Video game RPGs, meanwhile, have evolved to an astonishing extent since the medium began; games like EverQuest and Neverwinter Nights make an impressive attempt at simulating the experience of being a Game Master; Planescape: Torment and Disco Elysium feature vast dialogue trees; the Elder Scrolls games depict huge worlds and ever more realistic illusions of non-player characters with their own personalities, histories, and goals.
It follows, then, that RPGs will continue to evolve in exciting and unpredictable ways – even as they continue to draw on the influence of those tabletop RPGs that originally set the pace.
“The main way RPGs will evolve,” West says, “is by being able to generate better and better content on the fly without having to be authored by designers like me. Computers will soon be able to make quest structures, give characters long term motivations and make any interlocking stories that the player can get involved in. These stories will also allow many more emergent consequences than you see now.”
“One path could be more reactive storytelling,” Chris Taylor agrees. “More depth, more options for the player, larger dialogue and story branches. Of course, that’s more content, which would require more development money. Since big-budget games have more concerns about risk, I expect most evolution will come from smaller titles. Perhaps AI research will advance to a point where we can have virtual GMs that create or modify content on the fly. I look forward to playing those in my self-driving flying car.”
Inevitably, the process of adaptation can be a painful one. The making of Shadowrun, a take on FASA’s 1989 tabletop RPG of the same name, for example, was infamously difficult. Australia’s Beam Software first began work on its adaptation for the Super Nintendo in 1989, and the team sought to retain much of the source game’s mechanical complexity. Shadowrun took a then-hefty four years to make, and was a financial disappointment when it finally emerged in 1993. The game quickly garnered a cult following, however, and has since been praised as a pioneering instance of a console RPG made with depth as well as style; indeed, it could be argued that Shadowrun was an early foray into territory later explored by the likes of an acclaimed series like Mass Effect.
VIDEO GAME TO TABLETOP?
The adaptation of tabletop RPGs to video games isn’t necessarily a one-way street. In the 2000s, Chris Avellone was designing Black Isle Studios’ sequel to Fallout 2, code-named Van Buren. For the most part, Avellone was the only developer working on the project, and so he came up with a cunning way of testing its systems out by himself: “I turned Van Buren into a pen-and-paper game that I and the devs who’d eventually move onto the project could play,” Avellone explains. “They could develop characters, explore areas I’d laid out, test certain companions for the game, and see what worked and what didn’t.”

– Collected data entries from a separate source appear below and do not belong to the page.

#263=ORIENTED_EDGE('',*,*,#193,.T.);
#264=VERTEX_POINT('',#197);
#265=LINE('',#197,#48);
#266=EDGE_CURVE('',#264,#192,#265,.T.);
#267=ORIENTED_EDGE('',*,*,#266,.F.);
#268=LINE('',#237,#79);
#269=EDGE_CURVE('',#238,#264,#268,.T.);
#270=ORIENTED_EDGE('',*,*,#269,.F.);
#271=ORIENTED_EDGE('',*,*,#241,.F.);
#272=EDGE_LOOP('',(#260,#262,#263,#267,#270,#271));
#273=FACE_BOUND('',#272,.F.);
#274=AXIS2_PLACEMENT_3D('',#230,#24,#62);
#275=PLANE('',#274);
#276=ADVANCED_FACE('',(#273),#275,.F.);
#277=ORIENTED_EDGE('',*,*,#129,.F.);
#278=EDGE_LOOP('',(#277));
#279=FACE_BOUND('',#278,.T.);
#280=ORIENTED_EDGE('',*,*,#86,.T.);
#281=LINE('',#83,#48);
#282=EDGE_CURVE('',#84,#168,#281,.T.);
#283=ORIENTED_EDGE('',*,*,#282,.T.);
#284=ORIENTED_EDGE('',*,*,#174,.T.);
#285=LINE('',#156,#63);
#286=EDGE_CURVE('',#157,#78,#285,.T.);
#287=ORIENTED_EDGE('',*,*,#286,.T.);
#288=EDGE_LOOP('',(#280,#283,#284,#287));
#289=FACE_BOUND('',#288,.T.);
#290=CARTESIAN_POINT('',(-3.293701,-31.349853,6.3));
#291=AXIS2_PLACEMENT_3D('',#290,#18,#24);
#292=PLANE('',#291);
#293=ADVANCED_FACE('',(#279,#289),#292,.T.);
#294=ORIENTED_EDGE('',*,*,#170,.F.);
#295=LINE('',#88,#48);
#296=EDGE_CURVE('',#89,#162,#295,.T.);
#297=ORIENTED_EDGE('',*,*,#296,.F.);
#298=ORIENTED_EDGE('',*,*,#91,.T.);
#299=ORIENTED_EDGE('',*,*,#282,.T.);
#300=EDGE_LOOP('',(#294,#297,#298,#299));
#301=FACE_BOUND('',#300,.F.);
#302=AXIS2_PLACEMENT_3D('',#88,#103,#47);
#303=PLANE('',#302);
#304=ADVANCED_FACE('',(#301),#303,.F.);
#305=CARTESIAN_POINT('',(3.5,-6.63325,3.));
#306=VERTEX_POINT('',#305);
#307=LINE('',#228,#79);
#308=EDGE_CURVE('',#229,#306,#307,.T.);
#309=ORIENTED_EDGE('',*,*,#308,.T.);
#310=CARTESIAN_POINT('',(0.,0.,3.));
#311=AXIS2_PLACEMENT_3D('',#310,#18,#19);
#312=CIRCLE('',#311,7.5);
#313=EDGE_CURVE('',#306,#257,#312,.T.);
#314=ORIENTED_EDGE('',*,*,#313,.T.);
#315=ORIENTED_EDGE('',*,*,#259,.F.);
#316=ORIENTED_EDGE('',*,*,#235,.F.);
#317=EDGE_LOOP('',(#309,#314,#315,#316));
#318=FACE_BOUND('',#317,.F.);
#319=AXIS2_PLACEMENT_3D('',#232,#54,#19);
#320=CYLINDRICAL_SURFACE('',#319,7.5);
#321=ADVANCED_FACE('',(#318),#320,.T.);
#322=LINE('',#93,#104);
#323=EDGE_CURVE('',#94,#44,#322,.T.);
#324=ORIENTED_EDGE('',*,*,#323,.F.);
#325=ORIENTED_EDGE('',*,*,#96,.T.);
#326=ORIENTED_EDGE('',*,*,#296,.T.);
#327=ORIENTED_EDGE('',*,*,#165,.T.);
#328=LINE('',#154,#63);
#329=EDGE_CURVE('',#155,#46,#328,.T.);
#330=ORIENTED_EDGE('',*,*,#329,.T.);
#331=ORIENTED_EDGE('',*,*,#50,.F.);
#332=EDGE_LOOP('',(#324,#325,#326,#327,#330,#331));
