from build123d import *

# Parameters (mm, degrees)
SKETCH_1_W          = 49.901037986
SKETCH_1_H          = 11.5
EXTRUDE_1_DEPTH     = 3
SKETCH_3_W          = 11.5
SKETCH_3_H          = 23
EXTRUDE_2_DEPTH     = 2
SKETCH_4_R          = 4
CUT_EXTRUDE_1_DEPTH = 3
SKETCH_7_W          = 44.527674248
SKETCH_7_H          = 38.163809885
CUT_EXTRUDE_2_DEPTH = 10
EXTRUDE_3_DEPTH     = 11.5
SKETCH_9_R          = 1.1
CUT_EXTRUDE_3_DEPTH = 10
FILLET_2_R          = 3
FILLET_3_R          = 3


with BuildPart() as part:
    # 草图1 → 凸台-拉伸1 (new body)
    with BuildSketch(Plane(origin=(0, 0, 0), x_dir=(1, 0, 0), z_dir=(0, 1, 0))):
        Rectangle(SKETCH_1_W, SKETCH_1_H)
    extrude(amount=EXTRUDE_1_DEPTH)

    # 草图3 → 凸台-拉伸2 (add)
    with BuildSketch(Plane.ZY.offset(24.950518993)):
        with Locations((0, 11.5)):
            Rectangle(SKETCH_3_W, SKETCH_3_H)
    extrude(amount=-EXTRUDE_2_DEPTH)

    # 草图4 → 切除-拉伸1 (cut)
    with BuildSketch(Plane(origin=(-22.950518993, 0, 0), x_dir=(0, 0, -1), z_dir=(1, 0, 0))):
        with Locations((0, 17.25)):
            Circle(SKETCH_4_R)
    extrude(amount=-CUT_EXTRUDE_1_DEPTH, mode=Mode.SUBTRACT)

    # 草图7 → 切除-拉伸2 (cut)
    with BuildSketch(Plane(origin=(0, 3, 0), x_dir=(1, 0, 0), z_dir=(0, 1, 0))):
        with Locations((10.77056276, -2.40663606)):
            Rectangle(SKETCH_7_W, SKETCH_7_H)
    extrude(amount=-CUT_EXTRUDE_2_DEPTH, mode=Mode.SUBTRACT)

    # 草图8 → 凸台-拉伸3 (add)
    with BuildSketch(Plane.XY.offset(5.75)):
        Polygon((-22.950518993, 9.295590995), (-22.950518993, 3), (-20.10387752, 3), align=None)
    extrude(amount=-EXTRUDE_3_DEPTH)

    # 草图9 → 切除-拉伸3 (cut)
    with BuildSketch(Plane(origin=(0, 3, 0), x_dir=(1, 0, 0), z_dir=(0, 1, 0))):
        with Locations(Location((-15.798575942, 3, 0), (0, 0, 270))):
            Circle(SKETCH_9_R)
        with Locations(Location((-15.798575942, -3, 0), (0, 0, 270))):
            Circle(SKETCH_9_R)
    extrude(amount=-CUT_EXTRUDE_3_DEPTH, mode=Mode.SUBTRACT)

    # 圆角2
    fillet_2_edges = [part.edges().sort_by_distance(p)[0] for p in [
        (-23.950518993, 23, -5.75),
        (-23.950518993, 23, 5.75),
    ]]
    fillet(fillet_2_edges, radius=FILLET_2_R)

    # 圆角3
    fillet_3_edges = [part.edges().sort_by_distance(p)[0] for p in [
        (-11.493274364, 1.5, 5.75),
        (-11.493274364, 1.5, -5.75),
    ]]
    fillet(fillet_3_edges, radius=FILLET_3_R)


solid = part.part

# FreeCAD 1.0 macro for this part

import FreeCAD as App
import Part
import Sketcher
Q = App.Units.Quantity


def edges_at(feature, points):
    """Names of the edges that pass closest to the given points."""
    edges = feature.Shape.Edges
    near = lambda p: min(range(len(edges)), key=lambda i: edges[i].distToShape(Part.Vertex(*p))[0])
    return sorted({f"Edge{near(p) + 1}" for p in points})


def add_polygon(sketch, points):
    """Adds a closed chain of lines whose ends are joined by coincident constraints."""
    first, n = sketch.GeometryCount, len(points)
    for a, b in zip(points, points[1:] + points[:1]):
        sketch.addGeometry(Part.LineSegment(App.Vector(*a, 0), App.Vector(*b, 0)), False)
    for i in range(n):
        sketch.addConstraint(Sketcher.Constraint("Coincident", first + i, 2, first + (i + 1) % n, 1))

doc = App.newDocument("Part")
body = doc.addObject("PartDesign::Body", "Body")

sketch1 = body.newObject("Sketcher::SketchObject", "Sketch")
sketch1.AttachmentSupport = (doc.getObject("XZ_Plane"), [""])
sketch1.MapMode = "FlatFace"
add_polygon(sketch1, [(-24.950519, -5.75), (-24.950519, 5.75), (24.950519, 5.75), (24.950519, -5.75)])
sketch1.addConstraint(Sketcher.Constraint("Vertical", 0))
sketch1.addConstraint(Sketcher.Constraint("Horizontal", 1))
sketch1.addConstraint(Sketcher.Constraint("Vertical", 2))
sketch1.addConstraint(Sketcher.Constraint("Horizontal", 3))
sketch1.addConstraint(Sketcher.Constraint("Symmetric", 0, 2, 2, 2, -1, 1))
sketch1.addConstraint(Sketcher.Constraint("DistanceY", 0, 1, 0, 2, Q("11.5 mm")))
sketch1.addConstraint(Sketcher.Constraint("DistanceX", 1, 1, 1, 2, Q("49.901038 mm")))
pad1 = body.newObject("PartDesign::Pad", "Pad")
pad1.Profile = sketch1
pad1.Length = 3
pad1.Reversed = True

sketch2 = body.newObject("Sketcher::SketchObject", "Sketch001")
sketch2.AttachmentSupport = (doc.getObject("YZ_Plane"), [""])
sketch2.MapMode = "FlatFace"
sketch2.AttachmentOffset = App.Placement(App.Vector(0, 0, -24.950519), App.Rotation())
add_polygon(sketch2, [(23, -5.75), (0, -5.75), (0, 5.75), (23, 5.75)])
sketch2.addConstraint(Sketcher.Constraint("Horizontal", 0))
sketch2.addConstraint(Sketcher.Constraint("Vertical", 1))
sketch2.addConstraint(Sketcher.Constraint("Horizontal", 2))
sketch2.addConstraint(Sketcher.Constraint("Vertical", 3))
sketch2.addConstraint(Sketcher.Constraint("Symmetric", 0, 2, 1, 2, -1, 1))
sketch2.addConstraint(Sketcher.Constraint("DistanceX", 0, 2, 0, 1, Q("23 mm")))
sketch2.addConstraint(Sketcher.Constraint("DistanceY", 1, 1, 1, 2, Q("11.5 mm")))
pad2 = body.newObject("PartDesign::Pad", "Pad001")
pad2.Profile = sketch2
pad2.Length = 2

sketch3 = body.newObject("Sketcher::SketchObject", "Sketch002")
sketch3.AttachmentSupport = (doc.getObject("YZ_Plane"), [""])
sketch3.MapMode = "FlatFace"
sketch3.AttachmentOffset = App.Placement(App.Vector(0, 0, -22.950519), App.Rotation())
sketch3.addGeometry(Part.Circle(App.Vector(17.25, 0, 0), App.Vector(0, 0, 1), 4), False)
sketch3.addConstraint(Sketcher.Constraint("PointOnObject", 0, 3, -1))
sketch3.addConstraint(Sketcher.Constraint("Diameter", 0, Q("8 mm")))
sketch3.addConstraint(Sketcher.Constraint("DistanceX", -1, 1, 0, 3, Q("17.25 mm")))
pocket1 = body.newObject("PartDesign::Pocket", "Pocket")
pocket1.Profile = sketch3
pocket1.Length = 3

sketch4 = body.newObject("Sketcher::SketchObject", "Sketch003")
sketch4.AttachmentSupport = (doc.getObject("XZ_Plane"), [""])
sketch4.MapMode = "FlatFace"
sketch4.AttachmentOffset = App.Placement(App.Vector(0, 0, -3), App.Rotation())
add_polygon(sketch4, [(-11.493274, -16.675269), (-11.493274, 21.488541), (33.0344, 21.488541), (33.0344, -16.675269)])
sketch4.addConstraint(Sketcher.Constraint("Vertical", 0))
sketch4.addConstraint(Sketcher.Constraint("Horizontal", 1))
sketch4.addConstraint(Sketcher.Constraint("Vertical", 2))
sketch4.addConstraint(Sketcher.Constraint("Horizontal", 3))
sketch4.addConstraint(Sketcher.Constraint("DistanceY", 0, 1, 0, 2, Q("38.16381 mm")))
sketch4.addConstraint(Sketcher.Constraint("DistanceX", -1, 1, 1, 2, Q("33.0344 mm")))
sketch4.addConstraint(Sketcher.Constraint("DistanceX", 1, 1, 1, 2, Q("44.527674 mm")))
sketch4.addConstraint(Sketcher.Constraint("DistanceY", -1, 1, 0, 2, Q("21.488541 mm")))
pocket2 = body.newObject("PartDesign::Pocket", "Pocket001")
pocket2.Profile = sketch4
pocket2.Length = 10
pocket2.Reversed = True

sketch5 = body.newObject("Sketcher::SketchObject", "Sketch004")
sketch5.AttachmentSupport = (doc.getObject("XY_Plane"), [""])
sketch5.MapMode = "FlatFace"
sketch5.AttachmentOffset = App.Placement(App.Vector(0, 0, 5.75), App.Rotation())
add_polygon(sketch5, [(-22.950519, 9.295591), (-22.950519, 3), (-20.103878, 3)])
sketch5.addConstraint(Sketcher.Constraint("Vertical", 0))
sketch5.addConstraint(Sketcher.Constraint("Horizontal", 1))
sketch5.addConstraint(Sketcher.Constraint("DistanceY", -1, 1, 0, 2, Q("3 mm")))
sketch5.addConstraint(Sketcher.Constraint("DistanceX", 1, 1, 1, 2, Q("2.846641 mm")))
sketch5.addConstraint(Sketcher.Constraint("DistanceY", 0, 2, 0, 1, Q("6.295591 mm")))
sketch5.addConstraint(Sketcher.Constraint("DistanceX", 0, 2, -1, 1, Q("22.950519 mm")))
pad3 = body.newObject("PartDesign::Pad", "Pad002")
pad3.Profile = sketch5
pad3.Length = 11.5
pad3.Reversed = True

sketch6 = body.newObject("Sketcher::SketchObject", "Sketch005")
sketch6.AttachmentSupport = (doc.getObject("XZ_Plane"), [""])
sketch6.MapMode = "FlatFace"
sketch6.AttachmentOffset = App.Placement(App.Vector(0, 0, -3), App.Rotation())
sketch6.addGeometry(Part.Circle(App.Vector(-15.798576, -3, 0), App.Vector(0, 0, 1), 1.1), False)
sketch6.addGeometry(Part.Circle(App.Vector(-15.798576, 3, 0), App.Vector(0, 0, 1), 1.1), False)
sketch6.addConstraint(Sketcher.Constraint("Equal", 0, 1))
sketch6.addConstraint(Sketcher.Constraint("Symmetric", 0, 3, 1, 3, -1))
sketch6.addConstraint(Sketcher.Constraint("Diameter", 0, Q("2.2 mm")))
sketch6.addConstraint(Sketcher.Constraint("DistanceY", 0, 3, -1, 1, Q("3 mm")))
sketch6.addConstraint(Sketcher.Constraint("DistanceX", 0, 3, -1, 1, Q("15.798576 mm")))
pocket3 = body.newObject("PartDesign::Pocket", "Pocket002")
pocket3.Profile = sketch6
pocket3.Length = 10
pocket3.Reversed = True
doc.recompute()

fillet = body.newObject("PartDesign::Fillet", "Fillet")
fillet.Base = (pocket3, edges_at(pocket3, [(-23.951, 23, -5.75), (-23.951, 23, 5.75)]))
fillet.Radius = 3
doc.recompute()

fillet2 = body.newObject("PartDesign::Fillet", "Fillet001")
fillet2.Base = (fillet, edges_at(fillet, [(-11.493, 1.5, 5.75), (-11.493, 1.5, -5.75)]))
fillet2.Radius = 3

doc.recompute()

Avellone says he quickly gained useful feedback from this analogue playtesting method. And while Van Buren was later cancelled, Avellone believes it’s a great way of finding out whether a game’s systems will work for players. “I wish more titles had the chance to get such direct, immersive feedback from developers and players ‘adventuring’ through the computer game version on paper,” he says.
THE DIGITAL ADVANTAGE
Video game RPGs have one obvious advantage over their tabletop counterparts, Chris Avellone points out: you can play them on your own.
“When I was growing up, I wanted to play tabletop games, but trying to gather a group and also trying to find someone willing to put in the work to be a Game Master was difficult,” Avellone tells us. “But the first time I saw The Bard’s Tale II being played on my friend’s Commodore 64, I suddenly realised, maybe I didn’t have to wait for someone willing to take up the reins. I could play against a digital Game Master and still have an enjoyable experience.”